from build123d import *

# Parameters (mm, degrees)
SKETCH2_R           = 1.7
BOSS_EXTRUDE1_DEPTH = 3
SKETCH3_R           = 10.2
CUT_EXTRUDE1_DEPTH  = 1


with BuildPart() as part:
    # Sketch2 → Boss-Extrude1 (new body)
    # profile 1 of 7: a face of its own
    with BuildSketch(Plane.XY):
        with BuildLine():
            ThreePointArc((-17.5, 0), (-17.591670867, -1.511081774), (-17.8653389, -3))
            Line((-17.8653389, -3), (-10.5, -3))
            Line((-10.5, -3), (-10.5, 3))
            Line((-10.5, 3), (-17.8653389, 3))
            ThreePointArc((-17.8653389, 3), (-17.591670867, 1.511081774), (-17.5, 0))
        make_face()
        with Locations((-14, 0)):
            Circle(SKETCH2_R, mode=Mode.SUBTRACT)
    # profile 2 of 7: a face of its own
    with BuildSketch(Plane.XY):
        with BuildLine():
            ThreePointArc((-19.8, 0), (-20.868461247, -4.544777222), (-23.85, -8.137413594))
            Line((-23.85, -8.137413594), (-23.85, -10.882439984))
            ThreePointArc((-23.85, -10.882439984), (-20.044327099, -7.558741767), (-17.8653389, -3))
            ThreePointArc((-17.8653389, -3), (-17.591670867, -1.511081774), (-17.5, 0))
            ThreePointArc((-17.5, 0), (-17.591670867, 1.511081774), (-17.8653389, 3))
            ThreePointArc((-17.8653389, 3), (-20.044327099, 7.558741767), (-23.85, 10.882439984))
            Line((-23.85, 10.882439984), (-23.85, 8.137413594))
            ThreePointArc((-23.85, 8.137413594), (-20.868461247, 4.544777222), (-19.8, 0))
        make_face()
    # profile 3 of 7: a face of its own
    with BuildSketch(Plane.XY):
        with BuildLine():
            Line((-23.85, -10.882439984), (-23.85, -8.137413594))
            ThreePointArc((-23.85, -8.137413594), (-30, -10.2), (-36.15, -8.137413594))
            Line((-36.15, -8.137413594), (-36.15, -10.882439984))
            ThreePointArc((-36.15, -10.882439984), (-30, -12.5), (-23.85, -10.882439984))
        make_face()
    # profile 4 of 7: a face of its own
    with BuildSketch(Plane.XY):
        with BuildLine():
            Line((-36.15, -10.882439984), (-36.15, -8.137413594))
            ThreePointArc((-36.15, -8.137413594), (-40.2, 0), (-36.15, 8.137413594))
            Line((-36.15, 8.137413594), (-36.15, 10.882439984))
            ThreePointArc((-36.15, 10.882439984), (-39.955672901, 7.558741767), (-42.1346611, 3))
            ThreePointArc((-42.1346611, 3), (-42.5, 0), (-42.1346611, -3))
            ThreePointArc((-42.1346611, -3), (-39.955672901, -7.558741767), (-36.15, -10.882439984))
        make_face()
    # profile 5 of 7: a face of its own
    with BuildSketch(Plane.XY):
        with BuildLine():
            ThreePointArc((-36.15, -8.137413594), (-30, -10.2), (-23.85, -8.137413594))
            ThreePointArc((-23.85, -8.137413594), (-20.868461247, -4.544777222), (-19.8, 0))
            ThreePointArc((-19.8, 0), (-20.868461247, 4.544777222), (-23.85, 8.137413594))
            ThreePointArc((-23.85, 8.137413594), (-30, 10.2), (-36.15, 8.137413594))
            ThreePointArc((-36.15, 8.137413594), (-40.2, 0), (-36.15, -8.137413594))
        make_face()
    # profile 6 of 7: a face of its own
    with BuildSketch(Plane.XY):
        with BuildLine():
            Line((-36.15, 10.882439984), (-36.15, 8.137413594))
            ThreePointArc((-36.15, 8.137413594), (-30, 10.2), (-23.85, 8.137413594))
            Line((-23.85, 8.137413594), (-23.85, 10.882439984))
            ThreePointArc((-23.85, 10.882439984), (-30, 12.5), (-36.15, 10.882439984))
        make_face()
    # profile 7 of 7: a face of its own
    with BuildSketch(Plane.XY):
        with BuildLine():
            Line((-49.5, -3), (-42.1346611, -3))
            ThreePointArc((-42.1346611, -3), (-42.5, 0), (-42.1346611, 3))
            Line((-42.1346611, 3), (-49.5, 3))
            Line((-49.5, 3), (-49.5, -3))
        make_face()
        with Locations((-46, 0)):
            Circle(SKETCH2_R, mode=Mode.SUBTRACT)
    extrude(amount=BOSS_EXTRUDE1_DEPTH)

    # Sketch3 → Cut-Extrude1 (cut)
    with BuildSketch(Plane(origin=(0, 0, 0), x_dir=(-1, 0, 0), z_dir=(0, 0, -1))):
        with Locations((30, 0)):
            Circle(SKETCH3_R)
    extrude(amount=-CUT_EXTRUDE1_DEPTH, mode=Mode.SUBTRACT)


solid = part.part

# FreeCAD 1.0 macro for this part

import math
import FreeCAD as App
import Part
import Sketcher

doc = App.newDocument("Part")
body = doc.addObject("PartDesign::Body", "Body")

sketch1 = body.newObject("Sketcher::SketchObject", "Sketch")
sketch1.AttachmentSupport = (doc.getObject("XY_Plane"), [""])
sketch1.MapMode = "FlatFace"
sketch1.addGeometry(Part.LineSegment(App.Vector(-17.865339, -3, 0), App.Vector(-10.5, -3, 0)), False)
sketch1.addGeometry(Part.LineSegment(App.Vector(-10.5, -3, 0), App.Vector(-10.5, 3, 0)), False)
sketch1.addGeometry(Part.LineSegment(App.Vector(-10.5, 3, 0), App.Vector(-17.865339, 3, 0)), False)
sketch1.addGeometry(Part.ArcOfCircle(Part.Circle(App.Vector(-30, 0, 0), App.Vector(0, 0, 1), 12.5), math.radians(13.88654), math.radians(60.527879)), False)
sketch1.addGeometry(Part.ArcOfCircle(Part.Circle(App.Vector(-30, 0, 0), App.Vector(0, 0, 1), 12.5), math.radians(60.527879), math.radians(119.472121)), False)
sketch1.addGeometry(Part.ArcOfCircle(Part.Circle(App.Vector(-30, 0, 0), App.Vector(0, 0, 1), 12.5), math.radians(119.472121), math.radians(166.11346)), False)
sketch1.addGeometry(Part.LineSegment(App.Vector(-42.134661, 3, 0), App.Vector(-49.5, 3, 0)), False)
sketch1.addGeometry(Part.LineSegment(App.Vector(-49.5, 3, 0), App.Vector(-49.5, -3, 0)), False)
sketch1.addGeometry(Part.LineSegment(App.Vector(-49.5, -3, 0), App.Vector(-42.134661, -3, 0)), False)
sketch1.addGeometry(Part.ArcOfCircle(Part.Circle(App.Vector(-30, 0, 0), App.Vector(0, 0, 1), 12.5), math.radians(-166.11346), math.radians(-119.472121)), False)
sketch1.addGeometry(Part.ArcOfCircle(Part.Circle(App.Vector(-30, 0, 0), App.Vector(0, 0, 1), 12.5), math.radians(-119.472121), math.radians(-60.527879)), False)
sketch1.addGeometry(Part.ArcOfCircle(Part.Circle(App.Vector(-30, 0, 0), App.Vector(0, 0, 1), 12.5), math.radians(-60.527879), math.radians(-13.88654)), False)
sketch1.addGeometry(Part.Circle(App.Vector(-14, 0, 0), App.Vector(0, 0, 1), 1.7), False)
sketch1.addGeometry(Part.Circle(App.Vector(-46, 0, 0), App.Vector(0, 0, 1), 1.7), False)
sketch1.addConstraint(Sketcher.Constraint("Coincident", 0, 2, 1, 1))
sketch1.addConstraint(Sketcher.Constraint("Coincident", 1, 2, 2, 1))
sketch1.addConstraint(Sketcher.Constraint("Coincident", 2, 2, 3, 1))
sketch1.addConstraint(Sketcher.Constraint("Tangent", 3, 2, 4, 1))
sketch1.addConstraint(Sketcher.Constraint("Tangent", 4, 2, 5, 1))
sketch1.addConstraint(Sketcher.Constraint("Coincident", 5, 2, 6, 1))
sketch1.addConstraint(Sketcher.Constraint("Coincident", 6, 2, 7, 1))
sketch1.addConstraint(Sketcher.Constraint("Coincident", 7, 2, 8, 1))
sketch1.addConstraint(Sketcher.Constraint("Coincident", 8, 2, 9, 1))
sketch1.addConstraint(Sketcher.Constraint("Tangent", 9, 2, 10, 1))
sketch1.addConstraint(Sketcher.Constraint("Tangent", 10, 2, 11, 1))
sketch1.addConstraint(Sketcher.Constraint("Coincident", 11, 2, 0, 1))
sketch1.addConstraint(Sketcher.Constraint("Horizontal", 0))
sketch1.addConstraint(Sketcher.Constraint("Vertical", 1))
sketch1.addConstraint(Sketcher.Constraint("Horizontal", 2))
sketch1.addConstraint(Sketcher.Constraint("Horizontal", 6))
sketch1.addConstraint(Sketcher.Constraint("Vertical", 7))
sketch1.addConstraint(Sketcher.Constraint("Horizontal", 8))
sketch1.addConstraint(Sketcher.Constraint("Coincident", 5, 3, 3, 3))
sketch1.addConstraint(Sketcher.Constraint("Coincident", 9, 3, 3, 3))
sketch1.addConstraint(Sketcher.Constraint("Coincident", 11, 3, 3, 3))
sketch1.addConstraint(Sketcher.Constraint("Equal", 5, 9))
sketch1.addConstraint(Sketcher.Constraint("Equal", 12, 13))
sketch1.addConstraint(Sketcher.Constraint("Symmetric", 5, 2, 8, 2, -1))
sketch1.addConstraint(Sketcher.Constraint("PointOnObject", 12, 3, -1))
sketch1.addConstraint(Sketcher.Constraint("PointOnObject", 13, 3, -1))
sketch1.addConstraint(Sketcher.Constraint("Horizontal", 3, 2, 4, 2))
sketch1.addConstraint(Sketcher.Constraint("Horizontal", 2, 2, 5, 2))
sketch1.addConstraint(Sketcher.Constraint("Horizontal", 0, 2, 7, 2))
sketch1.addConstraint(Sketcher.Constraint("Horizontal", 9, 2, 10, 2))
sketch1.addConstraint(Sketcher.Constraint("Vertical", 4, 2, 9, 2))
sketch1.addConstraint(Sketcher.Constraint("Equal", 2, 6))
sketch1.addConstraint(Sketcher.Constraint("Diameter", 12, 3.4))
sketch1.addConstraint(Sketcher.Constraint("Radius", 3, 12.5))
sketch1.addConstraint(Sketcher.Constraint("DistanceY", 1, 1, 1, 2, 6.0))
sketch1.addConstraint(Sketcher.Constraint("DistanceX", 3, 3, -1, 1, 30.0))
sketch1.addConstraint(Sketcher.Constraint("DistanceX", 12, 3, -1, 1, 14.0))
sketch1.addConstraint(Sketcher.Constraint("DistanceX", 13, 3, -1, 1, 46.0))
sketch1.addConstraint(Sketcher.Constraint("DistanceX", 0, 2, -1, 1, 10.5))
sketch1.addConstraint(Sketcher.Constraint("DistanceX", 4, 2, 3, 2, 12.3))
pad1 = body.newObject("PartDesign::Pad", "Pad")
pad1.Profile = sketch1
pad1.Length = 3

sketch2 = body.newObject("Sketcher::SketchObject", "Sketch001")
sketch2.AttachmentSupport = (doc.getObject("XY_Plane"), [""])
sketch2.MapMode = "FlatFace"
sketch2.addGeometry(Part.Circle(App.Vector(-30, 0, 0), App.Vector(0, 0, 1), 10.2), False)
sketch2.addConstraint(Sketcher.Constraint("PointOnObject", 0, 3, -1))
sketch2.addConstraint(Sketcher.Constraint("Diameter", 0, 20.4))
sketch2.addConstraint(Sketcher.Constraint("DistanceX", 0, 3, -1, 1, 30.0))
pocket1 = body.newObject("PartDesign::Pocket", "Pocket")
pocket1.Profile = sketch2
pocket1.Length = 1
pocket1.Reversed = True

doc.recompute()
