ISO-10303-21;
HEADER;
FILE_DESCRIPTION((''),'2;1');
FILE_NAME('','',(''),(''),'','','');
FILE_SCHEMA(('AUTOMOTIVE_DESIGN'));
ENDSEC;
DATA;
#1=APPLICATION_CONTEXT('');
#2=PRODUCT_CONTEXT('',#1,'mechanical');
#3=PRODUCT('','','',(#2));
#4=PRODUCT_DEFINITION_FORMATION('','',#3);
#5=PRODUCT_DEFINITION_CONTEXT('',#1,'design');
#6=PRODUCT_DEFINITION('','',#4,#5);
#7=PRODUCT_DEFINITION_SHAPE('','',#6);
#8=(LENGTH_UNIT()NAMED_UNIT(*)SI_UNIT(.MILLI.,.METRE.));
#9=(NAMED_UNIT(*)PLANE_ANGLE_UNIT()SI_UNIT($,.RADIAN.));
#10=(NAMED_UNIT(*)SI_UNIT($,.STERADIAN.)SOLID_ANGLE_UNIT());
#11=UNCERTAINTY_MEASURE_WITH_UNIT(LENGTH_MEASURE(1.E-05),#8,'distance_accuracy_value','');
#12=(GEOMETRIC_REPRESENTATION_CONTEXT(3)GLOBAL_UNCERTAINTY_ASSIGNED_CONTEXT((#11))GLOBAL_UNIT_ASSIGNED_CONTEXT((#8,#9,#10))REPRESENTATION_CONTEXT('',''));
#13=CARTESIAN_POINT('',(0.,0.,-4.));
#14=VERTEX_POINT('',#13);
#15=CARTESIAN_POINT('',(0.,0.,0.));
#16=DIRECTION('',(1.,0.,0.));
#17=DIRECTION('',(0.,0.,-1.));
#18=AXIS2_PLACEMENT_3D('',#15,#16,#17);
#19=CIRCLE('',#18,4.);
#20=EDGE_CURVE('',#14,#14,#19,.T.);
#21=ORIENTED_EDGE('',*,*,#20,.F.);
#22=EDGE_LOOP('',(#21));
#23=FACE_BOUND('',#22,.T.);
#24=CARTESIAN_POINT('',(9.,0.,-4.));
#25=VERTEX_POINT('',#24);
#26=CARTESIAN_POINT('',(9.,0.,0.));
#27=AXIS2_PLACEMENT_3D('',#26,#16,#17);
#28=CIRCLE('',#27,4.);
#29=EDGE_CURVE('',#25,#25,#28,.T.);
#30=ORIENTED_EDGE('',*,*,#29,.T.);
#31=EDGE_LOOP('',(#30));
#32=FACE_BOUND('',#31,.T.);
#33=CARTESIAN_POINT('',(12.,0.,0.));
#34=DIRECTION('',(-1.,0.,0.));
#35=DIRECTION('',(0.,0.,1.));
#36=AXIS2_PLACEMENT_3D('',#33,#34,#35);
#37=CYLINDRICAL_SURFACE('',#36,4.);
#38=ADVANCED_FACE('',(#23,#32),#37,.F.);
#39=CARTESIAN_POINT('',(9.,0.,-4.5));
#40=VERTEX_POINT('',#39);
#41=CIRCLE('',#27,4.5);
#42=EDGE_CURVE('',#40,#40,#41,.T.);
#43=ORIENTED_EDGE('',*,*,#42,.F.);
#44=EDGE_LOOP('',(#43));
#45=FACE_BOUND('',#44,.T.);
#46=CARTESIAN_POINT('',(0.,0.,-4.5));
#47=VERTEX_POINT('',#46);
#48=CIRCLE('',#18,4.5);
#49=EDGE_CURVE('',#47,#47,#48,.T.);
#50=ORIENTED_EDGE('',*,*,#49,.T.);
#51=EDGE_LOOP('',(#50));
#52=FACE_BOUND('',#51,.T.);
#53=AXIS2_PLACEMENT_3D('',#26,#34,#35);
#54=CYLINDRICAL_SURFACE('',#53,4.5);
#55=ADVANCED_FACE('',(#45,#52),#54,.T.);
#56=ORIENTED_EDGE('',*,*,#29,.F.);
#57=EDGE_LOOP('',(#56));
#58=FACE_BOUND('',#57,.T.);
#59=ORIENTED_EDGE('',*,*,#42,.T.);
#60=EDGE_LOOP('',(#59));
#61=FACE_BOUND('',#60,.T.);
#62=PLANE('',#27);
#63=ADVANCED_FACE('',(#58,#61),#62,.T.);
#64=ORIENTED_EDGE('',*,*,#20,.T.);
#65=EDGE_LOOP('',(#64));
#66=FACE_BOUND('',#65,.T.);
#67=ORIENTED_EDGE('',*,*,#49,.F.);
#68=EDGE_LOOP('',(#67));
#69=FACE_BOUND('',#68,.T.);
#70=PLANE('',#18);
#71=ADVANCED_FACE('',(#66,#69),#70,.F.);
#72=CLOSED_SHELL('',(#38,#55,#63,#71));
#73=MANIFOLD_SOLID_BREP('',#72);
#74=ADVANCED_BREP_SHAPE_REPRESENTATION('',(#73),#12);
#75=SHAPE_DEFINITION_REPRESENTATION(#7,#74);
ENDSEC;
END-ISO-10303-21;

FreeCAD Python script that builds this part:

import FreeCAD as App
import Part
import Sketcher

V = App.Vector
Q = App.Units.Quantity

doc = App.newDocument("Part")
body = doc.addObject("PartDesign::Body", "Body")

sketch1 = body.newObject("Sketcher::SketchObject", "Sketch")
sketch1.AttachmentSupport = (doc.getObject("YZ_Plane"), [""])
sketch1.MapMode = "FlatFace"
sketch1.addGeometry(Part.Circle(V(0, 0, 0), V(0, 0, 1), 4.5), False)
sketch1.addConstraint([
    Sketcher.Constraint("Coincident", 0, 3, -1, 1),
    Sketcher.Constraint("Diameter", 0, Q("9 mm")),
])
pad1 = body.newObject("PartDesign::Pad", "Pad")
pad1.Profile = sketch1
pad1.Length = 9

sketch2 = body.newObject("Sketcher::SketchObject", "Sketch001")
sketch2.AttachmentSupport = (doc.getObject("YZ_Plane"), [""])
sketch2.MapMode = "FlatFace"
sketch2.addGeometry(Part.Circle(V(0, 0, 0), V(0, 0, 1), 4), False)
sketch2.addConstraint([
    Sketcher.Constraint("Coincident", 0, 3, -1, 1),
    Sketcher.Constraint("Diameter", 0, Q("8 mm")),
])
pocket1 = body.newObject("PartDesign::Pocket", "Pocket")
pocket1.Profile = sketch2
pocket1.Type = "ThroughAll"
pocket1.Midplane = True

doc.recompute()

WHAT YOU NEED TO DO —
Reproduce verbatim only this range: the first line of the material through the line that contains "Line((-23.85, 10.882439984), (-23.85, 8.137413594))", inclusive.

ANSWER TO THIS TASK —
from build123d import *

# Parameters (mm, degrees)
SKETCH2_R           = 1.7
BOSS_EXTRUDE1_DEPTH = 3
SKETCH3_R           = 10.2
CUT_EXTRUDE1_DEPTH  = 1


with BuildPart() as part:
    # Sketch2 → Boss-Extrude1 (new body)
    # profile 1 of 7: a face of its own
    with BuildSketch(Plane.XY):
        with BuildLine():
            ThreePointArc((-17.5, 0), (-17.591670867, -1.511081774), (-17.8653389, -3))
            Line((-17.8653389, -3), (-10.5, -3))
            Line((-10.5, -3), (-10.5, 3))
            Line((-10.5, 3), (-17.8653389, 3))
            ThreePointArc((-17.8653389, 3), (-17.591670867, 1.511081774), (-17.5, 0))
        make_face()
        with Locations((-14, 0)):
            Circle(SKETCH2_R, mode=Mode.SUBTRACT)
    # profile 2 of 7: a face of its own
    with BuildSketch(Plane.XY):
        with BuildLine():
            ThreePointArc((-19.8, 0), (-20.868461247, -4.544777222), (-23.85, -8.137413594))
            Line((-23.85, -8.137413594), (-23.85, -10.882439984))
            ThreePointArc((-23.85, -10.882439984), (-20.044327099, -7.558741767), (-17.8653389, -3))
            ThreePointArc((-17.8653389, -3), (-17.591670867, -1.511081774), (-17.5, 0))
            ThreePointArc((-17.5, 0), (-17.591670867, 1.511081774), (-17.8653389, 3))
            ThreePointArc((-17.8653389, 3), (-20.044327099, 7.558741767), (-23.85, 10.882439984))
            Line((-23.85, 10.882439984), (-23.85, 8.137413594))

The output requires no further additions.